## What you are asked to do
Your job is to set down the stretch of entries that opens with the line containing "Circle(F2_R)" and closes with the line containing "FreeCAD Python script". Keep both end lines, copy each exactly, and add nothing.

## Data records
# # # # # # #

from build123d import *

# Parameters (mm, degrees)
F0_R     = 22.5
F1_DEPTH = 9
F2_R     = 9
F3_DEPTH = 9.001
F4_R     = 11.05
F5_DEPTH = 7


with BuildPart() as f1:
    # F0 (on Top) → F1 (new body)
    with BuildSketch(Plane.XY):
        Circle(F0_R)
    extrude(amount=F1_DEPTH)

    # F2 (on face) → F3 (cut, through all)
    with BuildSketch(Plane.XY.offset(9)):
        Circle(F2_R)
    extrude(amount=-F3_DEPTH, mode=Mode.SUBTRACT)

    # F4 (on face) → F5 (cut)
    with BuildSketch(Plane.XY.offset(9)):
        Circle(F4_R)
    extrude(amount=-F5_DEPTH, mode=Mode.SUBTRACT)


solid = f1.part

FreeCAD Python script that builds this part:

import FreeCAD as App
import Part
import Sketcher

V = App.Vector

doc = App.newDocument("Part")
body = doc.addObject("PartDesign::Body", "Body")

# Sketch on XY plane
sketch1 = body.newObject("Sketcher::SketchObject", "Sketch")
sketch1.AttachmentSupport = (doc.getObject("XY_Plane"), [""])
sketch1.MapMode = "FlatFace"
sketch1.addGeometry(Part.Circle(V(0, 0, 0), V(0, 0, 1), 22.5), False)
sketch1.addConstraint([
    Sketcher.Constraint("Coincident", 0, 3, -1, 1),
    Sketcher.Constraint("Diameter", 0, 45.0),
])
pad1 = body.newObject("PartDesign::Pad", "Pad")
pad1.Profile = sketch1
pad1.Length = 9

# Sketch on XY plane
sketch2 = body.newObject("Sketcher::SketchObject", "Sketch001")
sketch2.AttachmentSupport = (doc.getObject("XY_Plane"), [""])
sketch2.MapMode = "FlatFace"
sketch2.AttachmentOffset = App.Placement(V(0, 0, 9), App.Rotation())
sketch2.addGeometry(Part.Circle(V(0, 0, 0), V(0, 0, 1), 9), False)
sketch2.addConstraint([
    Sketcher.Constraint("Coincident", 0, 3, -1, 1),
    Sketcher.Constraint("Diameter", 0, 18.0),
])
pocket1 = body.newObject("PartDesign::Pocket", "Pocket")
pocket1.Profile = sketch2
pocket1.Type = "ThroughAll"

# Sketch on XY plane
sketch3 = body.newObject("Sketcher::SketchObject", "Sketch002")
sketch3.AttachmentSupport = (doc.getObject("XY_Plane"), [""])
sketch3.MapMode = "FlatFace"
sketch3.AttachmentOffset = App.Placement(V(0, 0, 9), App.Rotation())
sketch3.addGeometry(Part.Circle(V(0, 0, 0), V(0, 0, 1), 11.05), False)
sketch3.addConstraint([
    Sketcher.Constraint("Coincident", 0, 3, -1, 1),
    Sketcher.Constraint("Diameter", 0, 22.1),
])
pocket2 = body.newObject("PartDesign::Pocket", "Pocket001")
pocket2.Profile = sketch3
pocket2.Length = 7

doc.recompute()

# # # # # # #

## Written solution
        Circle(F2_R)
    extrude(amount=-F3_DEPTH, mode=Mode.SUBTRACT)

    # F4 (on face) → F5 (cut)
    with BuildSketch(Plane.XY.offset(9)):
        Circle(F4_R)
    extrude(amount=-F5_DEPTH, mode=Mode.SUBTRACT)


solid = f1.part

FreeCAD Python script that builds this part:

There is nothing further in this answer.